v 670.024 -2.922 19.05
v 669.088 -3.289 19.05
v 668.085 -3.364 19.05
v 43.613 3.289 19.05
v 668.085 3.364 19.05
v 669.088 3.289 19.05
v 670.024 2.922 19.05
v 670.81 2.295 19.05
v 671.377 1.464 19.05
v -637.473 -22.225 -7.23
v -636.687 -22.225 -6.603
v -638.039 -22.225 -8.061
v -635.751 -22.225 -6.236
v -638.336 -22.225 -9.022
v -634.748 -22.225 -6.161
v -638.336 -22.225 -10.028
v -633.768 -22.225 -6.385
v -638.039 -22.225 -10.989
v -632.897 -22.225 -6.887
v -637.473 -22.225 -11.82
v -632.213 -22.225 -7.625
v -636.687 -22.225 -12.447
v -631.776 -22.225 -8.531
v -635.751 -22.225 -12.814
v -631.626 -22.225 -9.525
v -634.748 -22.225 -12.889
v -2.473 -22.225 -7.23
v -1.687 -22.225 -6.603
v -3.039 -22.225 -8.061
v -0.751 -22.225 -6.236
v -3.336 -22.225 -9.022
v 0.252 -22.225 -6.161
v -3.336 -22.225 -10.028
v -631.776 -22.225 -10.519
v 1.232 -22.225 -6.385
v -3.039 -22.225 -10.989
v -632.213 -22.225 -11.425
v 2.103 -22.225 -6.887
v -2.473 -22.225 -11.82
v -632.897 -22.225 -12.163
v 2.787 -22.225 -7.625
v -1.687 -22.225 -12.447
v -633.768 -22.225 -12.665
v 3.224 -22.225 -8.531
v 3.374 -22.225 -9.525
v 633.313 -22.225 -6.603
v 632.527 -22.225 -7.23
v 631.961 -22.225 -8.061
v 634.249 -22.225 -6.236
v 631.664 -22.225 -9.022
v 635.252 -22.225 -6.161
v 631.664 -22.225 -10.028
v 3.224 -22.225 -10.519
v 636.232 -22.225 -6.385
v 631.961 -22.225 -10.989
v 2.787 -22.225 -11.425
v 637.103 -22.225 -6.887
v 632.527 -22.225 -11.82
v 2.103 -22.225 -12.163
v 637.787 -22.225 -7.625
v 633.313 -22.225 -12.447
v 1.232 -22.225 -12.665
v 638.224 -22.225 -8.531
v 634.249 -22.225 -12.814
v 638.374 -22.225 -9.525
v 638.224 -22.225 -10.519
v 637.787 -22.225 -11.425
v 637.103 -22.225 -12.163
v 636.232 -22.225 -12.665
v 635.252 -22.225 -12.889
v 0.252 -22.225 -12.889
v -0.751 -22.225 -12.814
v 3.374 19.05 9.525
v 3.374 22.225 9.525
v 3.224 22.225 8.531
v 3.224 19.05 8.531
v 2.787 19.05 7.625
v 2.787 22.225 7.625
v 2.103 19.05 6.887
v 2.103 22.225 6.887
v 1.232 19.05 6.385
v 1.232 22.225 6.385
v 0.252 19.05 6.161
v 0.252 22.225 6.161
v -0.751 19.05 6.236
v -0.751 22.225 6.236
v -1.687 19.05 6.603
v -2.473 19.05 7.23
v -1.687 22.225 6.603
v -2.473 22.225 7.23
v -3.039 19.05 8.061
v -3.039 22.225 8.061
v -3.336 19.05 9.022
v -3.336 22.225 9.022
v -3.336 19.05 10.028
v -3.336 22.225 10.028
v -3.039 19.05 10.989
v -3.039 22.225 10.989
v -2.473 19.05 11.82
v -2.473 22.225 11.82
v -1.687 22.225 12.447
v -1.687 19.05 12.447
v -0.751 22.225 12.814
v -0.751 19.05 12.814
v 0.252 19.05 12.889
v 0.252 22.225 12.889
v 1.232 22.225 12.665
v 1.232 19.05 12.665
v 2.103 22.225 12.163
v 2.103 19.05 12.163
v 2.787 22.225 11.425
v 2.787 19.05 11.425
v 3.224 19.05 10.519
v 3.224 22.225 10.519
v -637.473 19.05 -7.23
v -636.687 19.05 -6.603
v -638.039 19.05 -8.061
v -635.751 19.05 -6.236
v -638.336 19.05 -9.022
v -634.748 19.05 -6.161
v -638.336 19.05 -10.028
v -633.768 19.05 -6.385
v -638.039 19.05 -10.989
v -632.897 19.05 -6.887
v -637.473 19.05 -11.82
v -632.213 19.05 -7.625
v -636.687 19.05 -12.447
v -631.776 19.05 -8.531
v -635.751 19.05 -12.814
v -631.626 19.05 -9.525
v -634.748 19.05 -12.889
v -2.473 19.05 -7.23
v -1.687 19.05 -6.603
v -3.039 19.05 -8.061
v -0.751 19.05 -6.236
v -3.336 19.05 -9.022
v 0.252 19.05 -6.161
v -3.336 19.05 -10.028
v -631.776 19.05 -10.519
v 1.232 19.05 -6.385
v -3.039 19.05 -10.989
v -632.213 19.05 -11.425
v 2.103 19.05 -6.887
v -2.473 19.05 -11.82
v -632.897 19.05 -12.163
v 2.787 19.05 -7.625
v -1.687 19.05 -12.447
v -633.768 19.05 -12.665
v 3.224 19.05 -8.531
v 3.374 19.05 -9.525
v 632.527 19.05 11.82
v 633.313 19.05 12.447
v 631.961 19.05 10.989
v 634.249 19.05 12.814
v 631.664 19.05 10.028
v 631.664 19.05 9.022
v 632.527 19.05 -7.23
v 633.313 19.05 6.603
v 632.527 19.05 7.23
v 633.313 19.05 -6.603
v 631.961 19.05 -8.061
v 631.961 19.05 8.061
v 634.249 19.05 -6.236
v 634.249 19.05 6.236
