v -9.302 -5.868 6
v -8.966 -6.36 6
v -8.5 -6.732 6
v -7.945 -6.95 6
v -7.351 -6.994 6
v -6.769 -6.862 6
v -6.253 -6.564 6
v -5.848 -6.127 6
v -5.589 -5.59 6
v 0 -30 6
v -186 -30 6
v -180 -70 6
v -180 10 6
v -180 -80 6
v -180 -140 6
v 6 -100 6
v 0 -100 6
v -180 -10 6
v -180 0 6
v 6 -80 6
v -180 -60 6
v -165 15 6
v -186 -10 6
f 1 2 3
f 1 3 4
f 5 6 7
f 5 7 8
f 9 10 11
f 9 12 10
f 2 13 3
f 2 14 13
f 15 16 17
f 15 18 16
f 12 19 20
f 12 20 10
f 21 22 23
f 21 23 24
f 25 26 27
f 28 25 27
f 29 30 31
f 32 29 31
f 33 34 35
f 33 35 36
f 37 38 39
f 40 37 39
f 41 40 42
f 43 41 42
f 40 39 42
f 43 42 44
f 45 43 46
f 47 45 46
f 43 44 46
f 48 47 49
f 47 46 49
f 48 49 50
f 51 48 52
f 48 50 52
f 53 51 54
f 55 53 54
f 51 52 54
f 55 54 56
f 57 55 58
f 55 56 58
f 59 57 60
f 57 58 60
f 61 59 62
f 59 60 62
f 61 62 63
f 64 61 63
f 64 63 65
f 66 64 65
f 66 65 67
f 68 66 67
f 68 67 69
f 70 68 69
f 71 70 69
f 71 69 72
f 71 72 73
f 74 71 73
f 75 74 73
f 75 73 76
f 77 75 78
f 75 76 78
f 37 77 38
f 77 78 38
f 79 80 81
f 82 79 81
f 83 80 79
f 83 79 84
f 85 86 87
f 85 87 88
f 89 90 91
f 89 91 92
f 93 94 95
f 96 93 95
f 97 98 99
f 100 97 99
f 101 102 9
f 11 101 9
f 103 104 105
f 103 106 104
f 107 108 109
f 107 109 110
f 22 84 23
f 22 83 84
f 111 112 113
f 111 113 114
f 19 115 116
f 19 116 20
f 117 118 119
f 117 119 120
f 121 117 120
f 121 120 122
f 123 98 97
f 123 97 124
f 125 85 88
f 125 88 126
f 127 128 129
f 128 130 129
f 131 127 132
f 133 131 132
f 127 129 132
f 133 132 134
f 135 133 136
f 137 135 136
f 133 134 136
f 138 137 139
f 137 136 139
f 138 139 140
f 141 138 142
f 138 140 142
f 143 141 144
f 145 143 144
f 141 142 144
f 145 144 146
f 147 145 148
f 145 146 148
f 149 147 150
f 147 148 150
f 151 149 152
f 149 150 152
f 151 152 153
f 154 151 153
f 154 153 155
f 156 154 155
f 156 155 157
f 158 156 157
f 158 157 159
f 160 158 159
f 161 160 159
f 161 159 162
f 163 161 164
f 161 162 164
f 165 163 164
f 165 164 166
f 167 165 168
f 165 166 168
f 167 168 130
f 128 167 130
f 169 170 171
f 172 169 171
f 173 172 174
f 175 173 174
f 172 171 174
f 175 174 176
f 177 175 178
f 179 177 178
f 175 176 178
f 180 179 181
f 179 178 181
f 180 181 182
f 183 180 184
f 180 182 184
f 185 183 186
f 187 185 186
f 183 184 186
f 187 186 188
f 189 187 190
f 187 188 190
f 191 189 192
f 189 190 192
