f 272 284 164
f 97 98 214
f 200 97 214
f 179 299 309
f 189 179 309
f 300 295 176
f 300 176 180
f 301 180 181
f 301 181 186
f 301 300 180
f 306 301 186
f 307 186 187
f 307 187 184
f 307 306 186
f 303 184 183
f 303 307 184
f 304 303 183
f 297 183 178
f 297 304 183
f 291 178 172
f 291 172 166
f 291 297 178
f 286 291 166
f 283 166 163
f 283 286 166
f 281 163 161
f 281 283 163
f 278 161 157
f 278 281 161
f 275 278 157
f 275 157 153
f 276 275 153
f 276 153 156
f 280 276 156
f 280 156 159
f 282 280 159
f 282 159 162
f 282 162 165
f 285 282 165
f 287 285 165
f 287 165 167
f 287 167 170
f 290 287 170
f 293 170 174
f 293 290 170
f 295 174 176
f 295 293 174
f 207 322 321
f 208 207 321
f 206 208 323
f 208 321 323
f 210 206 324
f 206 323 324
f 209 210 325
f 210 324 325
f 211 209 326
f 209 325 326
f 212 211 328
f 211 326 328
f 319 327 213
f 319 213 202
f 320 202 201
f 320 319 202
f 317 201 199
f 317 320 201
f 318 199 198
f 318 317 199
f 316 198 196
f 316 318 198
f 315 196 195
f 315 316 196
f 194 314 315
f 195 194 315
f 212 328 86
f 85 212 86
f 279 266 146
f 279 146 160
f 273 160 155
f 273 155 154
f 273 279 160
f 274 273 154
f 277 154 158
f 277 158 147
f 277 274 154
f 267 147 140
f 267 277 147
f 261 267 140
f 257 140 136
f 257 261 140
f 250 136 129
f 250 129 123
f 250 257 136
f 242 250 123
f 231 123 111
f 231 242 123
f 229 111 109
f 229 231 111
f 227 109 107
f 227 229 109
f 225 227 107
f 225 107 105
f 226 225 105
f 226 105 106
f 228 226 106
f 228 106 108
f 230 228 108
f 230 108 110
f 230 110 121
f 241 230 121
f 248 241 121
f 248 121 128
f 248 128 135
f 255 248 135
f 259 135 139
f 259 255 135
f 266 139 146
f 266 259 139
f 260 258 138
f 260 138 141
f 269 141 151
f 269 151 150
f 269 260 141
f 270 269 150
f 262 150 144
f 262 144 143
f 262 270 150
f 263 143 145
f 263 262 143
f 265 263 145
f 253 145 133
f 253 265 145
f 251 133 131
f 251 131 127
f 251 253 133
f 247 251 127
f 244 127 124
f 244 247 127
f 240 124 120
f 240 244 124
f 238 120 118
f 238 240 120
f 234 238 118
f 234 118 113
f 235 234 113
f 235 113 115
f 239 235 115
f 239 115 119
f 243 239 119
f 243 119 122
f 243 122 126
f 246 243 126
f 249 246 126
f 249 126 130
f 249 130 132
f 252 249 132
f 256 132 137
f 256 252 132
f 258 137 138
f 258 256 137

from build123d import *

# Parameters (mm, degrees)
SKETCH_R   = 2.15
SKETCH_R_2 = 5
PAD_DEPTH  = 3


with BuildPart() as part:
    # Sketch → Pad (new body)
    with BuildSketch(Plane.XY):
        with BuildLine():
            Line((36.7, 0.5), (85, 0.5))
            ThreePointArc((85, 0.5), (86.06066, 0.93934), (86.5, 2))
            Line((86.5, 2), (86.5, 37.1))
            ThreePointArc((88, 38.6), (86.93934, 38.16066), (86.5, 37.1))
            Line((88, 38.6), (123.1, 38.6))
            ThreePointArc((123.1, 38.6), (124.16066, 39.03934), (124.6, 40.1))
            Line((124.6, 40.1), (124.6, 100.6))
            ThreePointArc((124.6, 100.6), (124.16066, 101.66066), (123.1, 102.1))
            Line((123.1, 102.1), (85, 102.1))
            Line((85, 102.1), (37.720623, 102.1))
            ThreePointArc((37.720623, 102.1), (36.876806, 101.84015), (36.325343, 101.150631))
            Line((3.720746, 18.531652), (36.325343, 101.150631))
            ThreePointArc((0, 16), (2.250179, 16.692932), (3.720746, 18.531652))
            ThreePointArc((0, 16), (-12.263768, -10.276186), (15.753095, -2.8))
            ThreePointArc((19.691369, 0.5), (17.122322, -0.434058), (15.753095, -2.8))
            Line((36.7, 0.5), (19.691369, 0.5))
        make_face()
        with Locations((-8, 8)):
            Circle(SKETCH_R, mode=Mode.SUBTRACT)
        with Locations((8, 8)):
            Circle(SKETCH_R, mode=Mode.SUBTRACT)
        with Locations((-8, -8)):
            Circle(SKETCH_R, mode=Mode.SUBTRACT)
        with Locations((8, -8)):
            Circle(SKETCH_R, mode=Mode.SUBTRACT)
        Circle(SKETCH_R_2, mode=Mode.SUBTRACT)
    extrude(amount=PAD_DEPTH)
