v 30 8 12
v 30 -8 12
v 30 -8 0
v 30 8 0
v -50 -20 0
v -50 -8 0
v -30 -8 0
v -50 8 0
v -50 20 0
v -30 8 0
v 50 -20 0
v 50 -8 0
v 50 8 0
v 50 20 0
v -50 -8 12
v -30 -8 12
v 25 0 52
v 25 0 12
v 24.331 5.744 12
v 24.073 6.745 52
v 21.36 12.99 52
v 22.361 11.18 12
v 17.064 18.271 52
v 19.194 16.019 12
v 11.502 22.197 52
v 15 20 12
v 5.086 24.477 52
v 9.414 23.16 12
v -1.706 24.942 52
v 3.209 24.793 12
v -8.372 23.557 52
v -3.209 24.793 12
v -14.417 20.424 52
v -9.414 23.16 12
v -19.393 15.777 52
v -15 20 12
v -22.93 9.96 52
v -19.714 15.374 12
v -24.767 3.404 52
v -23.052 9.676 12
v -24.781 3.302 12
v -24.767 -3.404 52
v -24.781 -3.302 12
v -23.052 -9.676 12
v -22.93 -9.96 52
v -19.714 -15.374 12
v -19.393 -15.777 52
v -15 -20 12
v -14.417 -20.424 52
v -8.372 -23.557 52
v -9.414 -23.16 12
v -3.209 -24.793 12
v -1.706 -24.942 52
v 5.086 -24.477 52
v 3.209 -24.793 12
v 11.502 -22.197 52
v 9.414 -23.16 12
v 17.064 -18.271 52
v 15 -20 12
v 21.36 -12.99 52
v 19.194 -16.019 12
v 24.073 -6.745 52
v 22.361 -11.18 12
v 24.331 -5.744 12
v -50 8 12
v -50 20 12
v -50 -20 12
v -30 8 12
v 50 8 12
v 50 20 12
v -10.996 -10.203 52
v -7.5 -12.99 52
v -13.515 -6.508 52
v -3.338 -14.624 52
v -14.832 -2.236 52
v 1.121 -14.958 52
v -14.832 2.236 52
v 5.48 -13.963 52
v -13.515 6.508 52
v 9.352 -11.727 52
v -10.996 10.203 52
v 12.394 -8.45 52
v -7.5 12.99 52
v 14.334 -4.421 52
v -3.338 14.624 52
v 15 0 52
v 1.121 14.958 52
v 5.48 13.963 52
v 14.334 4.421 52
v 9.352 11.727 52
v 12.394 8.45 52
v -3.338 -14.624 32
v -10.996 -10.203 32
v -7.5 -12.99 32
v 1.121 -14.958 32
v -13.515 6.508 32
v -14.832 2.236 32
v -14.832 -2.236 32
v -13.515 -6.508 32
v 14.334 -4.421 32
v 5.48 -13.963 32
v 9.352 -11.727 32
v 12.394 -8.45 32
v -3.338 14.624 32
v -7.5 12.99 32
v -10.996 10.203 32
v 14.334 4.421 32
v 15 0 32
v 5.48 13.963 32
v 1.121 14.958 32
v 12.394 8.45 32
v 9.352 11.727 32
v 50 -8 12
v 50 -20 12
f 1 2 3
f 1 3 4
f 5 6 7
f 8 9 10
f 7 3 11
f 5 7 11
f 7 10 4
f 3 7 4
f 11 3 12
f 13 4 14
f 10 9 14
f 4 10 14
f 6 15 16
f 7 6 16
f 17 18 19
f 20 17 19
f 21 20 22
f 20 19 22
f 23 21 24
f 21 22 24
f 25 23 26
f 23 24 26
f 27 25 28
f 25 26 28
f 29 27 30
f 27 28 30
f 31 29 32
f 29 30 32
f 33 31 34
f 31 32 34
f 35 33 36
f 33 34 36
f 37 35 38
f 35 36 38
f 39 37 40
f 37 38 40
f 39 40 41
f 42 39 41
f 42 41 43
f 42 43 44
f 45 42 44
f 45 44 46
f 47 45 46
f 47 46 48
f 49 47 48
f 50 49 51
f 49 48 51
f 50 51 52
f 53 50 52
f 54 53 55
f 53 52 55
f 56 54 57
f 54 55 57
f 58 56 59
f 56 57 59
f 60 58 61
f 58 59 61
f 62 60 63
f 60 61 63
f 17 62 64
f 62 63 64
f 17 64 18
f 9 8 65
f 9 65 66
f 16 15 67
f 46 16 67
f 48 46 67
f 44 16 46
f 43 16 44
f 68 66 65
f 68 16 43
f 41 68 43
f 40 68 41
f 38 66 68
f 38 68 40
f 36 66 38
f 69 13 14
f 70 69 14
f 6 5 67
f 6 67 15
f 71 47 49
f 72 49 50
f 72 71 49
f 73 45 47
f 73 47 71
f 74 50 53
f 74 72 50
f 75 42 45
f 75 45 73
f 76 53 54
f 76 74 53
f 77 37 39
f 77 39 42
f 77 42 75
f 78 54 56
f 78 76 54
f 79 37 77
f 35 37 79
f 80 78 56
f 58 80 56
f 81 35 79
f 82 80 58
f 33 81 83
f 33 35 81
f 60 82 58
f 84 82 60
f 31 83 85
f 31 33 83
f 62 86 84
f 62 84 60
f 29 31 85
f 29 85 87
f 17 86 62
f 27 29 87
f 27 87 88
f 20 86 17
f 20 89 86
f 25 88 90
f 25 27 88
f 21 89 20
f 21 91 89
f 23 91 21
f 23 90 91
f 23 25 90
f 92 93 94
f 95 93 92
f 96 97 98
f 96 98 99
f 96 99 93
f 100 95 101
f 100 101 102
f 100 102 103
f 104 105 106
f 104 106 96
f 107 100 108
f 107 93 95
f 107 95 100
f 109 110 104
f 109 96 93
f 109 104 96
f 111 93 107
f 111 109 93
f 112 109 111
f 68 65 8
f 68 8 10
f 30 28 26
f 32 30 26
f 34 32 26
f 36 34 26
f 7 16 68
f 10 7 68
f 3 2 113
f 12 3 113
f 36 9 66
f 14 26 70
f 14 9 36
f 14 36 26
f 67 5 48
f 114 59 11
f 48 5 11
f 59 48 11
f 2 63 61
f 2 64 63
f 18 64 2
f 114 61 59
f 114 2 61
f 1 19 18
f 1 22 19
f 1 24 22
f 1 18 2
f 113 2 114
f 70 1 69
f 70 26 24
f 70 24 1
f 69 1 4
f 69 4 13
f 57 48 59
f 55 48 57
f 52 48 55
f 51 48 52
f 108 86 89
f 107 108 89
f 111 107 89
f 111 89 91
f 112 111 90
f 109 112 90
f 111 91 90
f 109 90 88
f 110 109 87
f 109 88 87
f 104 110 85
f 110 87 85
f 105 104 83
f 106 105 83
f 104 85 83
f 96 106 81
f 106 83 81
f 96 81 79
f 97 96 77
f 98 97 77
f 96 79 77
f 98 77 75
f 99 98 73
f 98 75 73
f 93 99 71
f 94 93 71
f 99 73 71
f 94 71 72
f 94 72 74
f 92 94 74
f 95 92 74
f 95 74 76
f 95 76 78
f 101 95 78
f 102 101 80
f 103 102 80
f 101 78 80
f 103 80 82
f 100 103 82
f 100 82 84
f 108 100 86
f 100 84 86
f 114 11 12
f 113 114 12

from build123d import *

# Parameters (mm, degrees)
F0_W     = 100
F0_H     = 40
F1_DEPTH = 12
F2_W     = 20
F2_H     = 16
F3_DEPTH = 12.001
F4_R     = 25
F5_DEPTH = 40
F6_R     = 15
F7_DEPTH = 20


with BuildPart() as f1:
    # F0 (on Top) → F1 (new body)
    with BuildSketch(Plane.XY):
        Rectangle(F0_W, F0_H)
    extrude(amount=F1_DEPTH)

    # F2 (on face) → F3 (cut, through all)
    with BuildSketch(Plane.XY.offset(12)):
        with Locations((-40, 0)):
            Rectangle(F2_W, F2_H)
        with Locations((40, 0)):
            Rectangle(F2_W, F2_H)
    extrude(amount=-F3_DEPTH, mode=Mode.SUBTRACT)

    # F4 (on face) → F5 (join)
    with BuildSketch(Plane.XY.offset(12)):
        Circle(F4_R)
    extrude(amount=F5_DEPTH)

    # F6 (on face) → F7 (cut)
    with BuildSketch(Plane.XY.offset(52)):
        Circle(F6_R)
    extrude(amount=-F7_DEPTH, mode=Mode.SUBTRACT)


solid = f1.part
▬▬▬
» **WHAT TO DO**:
Please, from the material above, copy only the lines from the line with "v -3.039 22.225 8.061" up to and including the line with "v -631.626 19.05 -9.525", exactly as written.

» **TASK RESULT**:
v -3.039 22.225 8.061
v -3.336 19.05 9.022
v -3.336 22.225 9.022
v -3.336 19.05 10.028
v -3.336 22.225 10.028
v -3.039 19.05 10.989
v -3.039 22.225 10.989
v -2.473 19.05 11.82
v -2.473 22.225 11.82
v -1.687 22.225 12.447
v -1.687 19.05 12.447
v -0.751 22.225 12.814
v -0.751 19.05 12.814
v 0.252 19.05 12.889
v 0.252 22.225 12.889
v 1.232 22.225 12.665
v 1.232 19.05 12.665
v 2.103 22.225 12.163
v 2.103 19.05 12.163
v 2.787 22.225 11.425
v 2.787 19.05 11.425
v 3.224 19.05 10.519
v 3.224 22.225 10.519
v -637.473 19.05 -7.23
v -636.687 19.05 -6.603
v -638.039 19.05 -8.061
v -635.751 19.05 -6.236
v -638.336 19.05 -9.022
v -634.748 19.05 -6.161
v -638.336 19.05 -10.028
v -633.768 19.05 -6.385
v -638.039 19.05 -10.989
v -632.897 19.05 -6.887
v -637.473 19.05 -11.82
v -632.213 19.05 -7.625
v -636.687 19.05 -12.447
v -631.776 19.05 -8.531
v -635.751 19.05 -12.814
v -631.626 19.05 -9.525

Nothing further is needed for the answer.